**DIRECTIONS FOR THIS TASK:** The data below holds a line containing "#91=ADVANCED_FACE('',(#87),#90,.T.);" and a line containing "#98=EDGE_LOOP('',(#92,#93,#96,#97));"; please quote exactly those two lines and every line between them, and nothing else.

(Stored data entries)
------------------------------------------------------------

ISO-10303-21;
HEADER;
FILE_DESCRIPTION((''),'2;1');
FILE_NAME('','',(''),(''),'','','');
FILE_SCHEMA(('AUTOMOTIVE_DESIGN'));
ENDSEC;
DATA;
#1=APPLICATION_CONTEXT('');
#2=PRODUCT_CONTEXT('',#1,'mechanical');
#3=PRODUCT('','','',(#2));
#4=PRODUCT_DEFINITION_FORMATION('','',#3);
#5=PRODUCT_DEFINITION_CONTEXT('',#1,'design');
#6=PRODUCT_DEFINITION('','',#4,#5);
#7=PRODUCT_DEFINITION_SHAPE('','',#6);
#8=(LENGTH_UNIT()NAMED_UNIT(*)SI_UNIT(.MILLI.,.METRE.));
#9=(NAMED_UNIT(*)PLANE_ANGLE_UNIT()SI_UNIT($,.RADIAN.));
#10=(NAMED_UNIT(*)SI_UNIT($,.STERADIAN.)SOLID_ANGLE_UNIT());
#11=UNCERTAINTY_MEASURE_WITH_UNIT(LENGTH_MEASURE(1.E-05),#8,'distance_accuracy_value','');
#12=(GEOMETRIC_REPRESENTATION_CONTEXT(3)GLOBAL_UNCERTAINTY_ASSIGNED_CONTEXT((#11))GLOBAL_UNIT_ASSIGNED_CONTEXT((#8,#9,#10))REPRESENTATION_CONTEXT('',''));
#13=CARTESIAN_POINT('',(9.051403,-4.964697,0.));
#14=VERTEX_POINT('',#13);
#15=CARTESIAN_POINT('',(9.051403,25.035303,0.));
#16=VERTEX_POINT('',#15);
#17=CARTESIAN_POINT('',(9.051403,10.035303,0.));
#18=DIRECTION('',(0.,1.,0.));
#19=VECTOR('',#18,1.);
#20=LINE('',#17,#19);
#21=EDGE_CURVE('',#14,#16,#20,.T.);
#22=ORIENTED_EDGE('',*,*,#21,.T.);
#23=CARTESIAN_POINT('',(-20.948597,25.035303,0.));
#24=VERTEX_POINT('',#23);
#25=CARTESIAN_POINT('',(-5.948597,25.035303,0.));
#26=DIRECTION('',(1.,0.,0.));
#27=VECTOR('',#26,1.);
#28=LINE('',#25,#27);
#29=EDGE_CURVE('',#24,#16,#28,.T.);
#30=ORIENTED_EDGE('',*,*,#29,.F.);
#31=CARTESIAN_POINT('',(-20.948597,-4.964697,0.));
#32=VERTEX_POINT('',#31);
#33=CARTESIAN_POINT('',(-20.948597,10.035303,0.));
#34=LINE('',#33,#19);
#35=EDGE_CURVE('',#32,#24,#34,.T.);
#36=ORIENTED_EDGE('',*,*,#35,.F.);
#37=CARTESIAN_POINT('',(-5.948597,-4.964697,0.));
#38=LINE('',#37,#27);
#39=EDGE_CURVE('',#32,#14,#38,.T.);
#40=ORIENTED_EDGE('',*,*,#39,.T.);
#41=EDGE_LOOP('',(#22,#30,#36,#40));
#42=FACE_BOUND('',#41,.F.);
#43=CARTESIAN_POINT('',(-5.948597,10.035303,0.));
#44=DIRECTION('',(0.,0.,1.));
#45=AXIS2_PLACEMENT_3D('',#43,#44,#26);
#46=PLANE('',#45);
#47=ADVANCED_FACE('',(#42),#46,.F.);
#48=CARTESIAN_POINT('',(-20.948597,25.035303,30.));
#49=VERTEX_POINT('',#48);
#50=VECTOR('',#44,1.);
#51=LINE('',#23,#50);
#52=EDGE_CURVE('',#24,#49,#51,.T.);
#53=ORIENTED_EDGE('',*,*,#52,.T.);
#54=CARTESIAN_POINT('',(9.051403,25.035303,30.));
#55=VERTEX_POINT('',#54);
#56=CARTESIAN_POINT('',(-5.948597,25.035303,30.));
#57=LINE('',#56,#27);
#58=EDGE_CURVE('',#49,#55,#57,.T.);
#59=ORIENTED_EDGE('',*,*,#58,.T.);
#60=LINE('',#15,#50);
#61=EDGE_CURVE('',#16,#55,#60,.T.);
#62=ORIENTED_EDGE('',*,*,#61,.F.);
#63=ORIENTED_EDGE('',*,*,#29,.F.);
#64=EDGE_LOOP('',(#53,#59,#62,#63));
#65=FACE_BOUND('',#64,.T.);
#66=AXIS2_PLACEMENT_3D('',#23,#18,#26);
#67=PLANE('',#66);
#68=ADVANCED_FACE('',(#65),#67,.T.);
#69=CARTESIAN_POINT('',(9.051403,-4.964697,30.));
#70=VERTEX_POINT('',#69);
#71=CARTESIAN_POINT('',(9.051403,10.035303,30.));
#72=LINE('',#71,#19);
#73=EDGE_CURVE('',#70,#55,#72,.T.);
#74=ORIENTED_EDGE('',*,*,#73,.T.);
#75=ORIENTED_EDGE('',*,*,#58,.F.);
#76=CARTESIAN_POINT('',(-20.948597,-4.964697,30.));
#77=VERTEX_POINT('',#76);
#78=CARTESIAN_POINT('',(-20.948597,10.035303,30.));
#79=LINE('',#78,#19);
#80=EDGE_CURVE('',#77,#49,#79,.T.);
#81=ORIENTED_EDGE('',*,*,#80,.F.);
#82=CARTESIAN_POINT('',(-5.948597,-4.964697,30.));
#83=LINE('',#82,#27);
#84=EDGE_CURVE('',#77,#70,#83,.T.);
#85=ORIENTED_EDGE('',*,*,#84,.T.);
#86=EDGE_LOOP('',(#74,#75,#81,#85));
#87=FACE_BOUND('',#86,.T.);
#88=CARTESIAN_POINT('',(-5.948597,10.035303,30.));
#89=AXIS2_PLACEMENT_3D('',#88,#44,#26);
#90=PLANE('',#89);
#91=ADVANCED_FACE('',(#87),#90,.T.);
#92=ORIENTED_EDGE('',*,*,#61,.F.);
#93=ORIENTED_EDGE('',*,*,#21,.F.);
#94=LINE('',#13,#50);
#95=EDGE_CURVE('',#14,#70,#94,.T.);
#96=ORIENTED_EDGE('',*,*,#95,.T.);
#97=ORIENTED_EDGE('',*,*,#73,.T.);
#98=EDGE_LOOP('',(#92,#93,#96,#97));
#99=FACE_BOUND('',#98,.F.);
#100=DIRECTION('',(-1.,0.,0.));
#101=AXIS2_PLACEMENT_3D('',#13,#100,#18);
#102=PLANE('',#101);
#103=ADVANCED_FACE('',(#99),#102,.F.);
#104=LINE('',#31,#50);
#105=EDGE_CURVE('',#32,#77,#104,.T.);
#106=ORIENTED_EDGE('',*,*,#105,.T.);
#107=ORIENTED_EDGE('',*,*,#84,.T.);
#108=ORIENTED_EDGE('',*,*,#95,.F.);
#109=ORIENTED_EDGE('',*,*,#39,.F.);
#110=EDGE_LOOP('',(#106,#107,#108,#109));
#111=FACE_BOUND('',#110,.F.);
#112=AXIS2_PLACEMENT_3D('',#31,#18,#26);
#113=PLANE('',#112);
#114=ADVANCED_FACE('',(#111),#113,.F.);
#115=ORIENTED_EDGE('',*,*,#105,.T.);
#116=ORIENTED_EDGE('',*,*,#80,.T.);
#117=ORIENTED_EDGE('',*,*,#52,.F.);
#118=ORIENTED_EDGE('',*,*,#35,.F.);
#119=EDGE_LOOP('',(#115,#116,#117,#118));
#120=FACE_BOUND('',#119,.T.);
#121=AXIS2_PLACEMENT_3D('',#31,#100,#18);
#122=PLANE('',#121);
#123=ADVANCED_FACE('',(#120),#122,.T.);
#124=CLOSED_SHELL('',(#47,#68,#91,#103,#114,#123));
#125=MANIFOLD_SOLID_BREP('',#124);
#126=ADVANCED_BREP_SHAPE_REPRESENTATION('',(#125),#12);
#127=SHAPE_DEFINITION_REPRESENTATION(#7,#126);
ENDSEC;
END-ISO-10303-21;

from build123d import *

# Parameters (mm, degrees)
SKETCH1_W           = 30
SKETCH1_H           = 30
BOSS_EXTRUDE1_DEPTH = 30


with BuildPart() as part:
    # Sketch1 → Boss-Extrude1 (new body)
    with BuildSketch(Plane.XY):
        with Locations((-5.948597436, 10.035303498)):
            Rectangle(SKETCH1_W, SKETCH1_H)
    extrude(amount=BOSS_EXTRUDE1_DEPTH)


solid = part.part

------------------------------------------------------------

**RESPONSE AREA:**
#91=ADVANCED_FACE('',(#87),#90,.T.);
#92=ORIENTED_EDGE('',*,*,#61,.F.);
#93=ORIENTED_EDGE('',*,*,#21,.F.);
#94=LINE('',#13,#50);
#95=EDGE_CURVE('',#14,#70,#94,.T.);
#96=ORIENTED_EDGE('',*,*,#95,.T.);
#97=ORIENTED_EDGE('',*,*,#73,.T.);
#98=EDGE_LOOP('',(#92,#93,#96,#97));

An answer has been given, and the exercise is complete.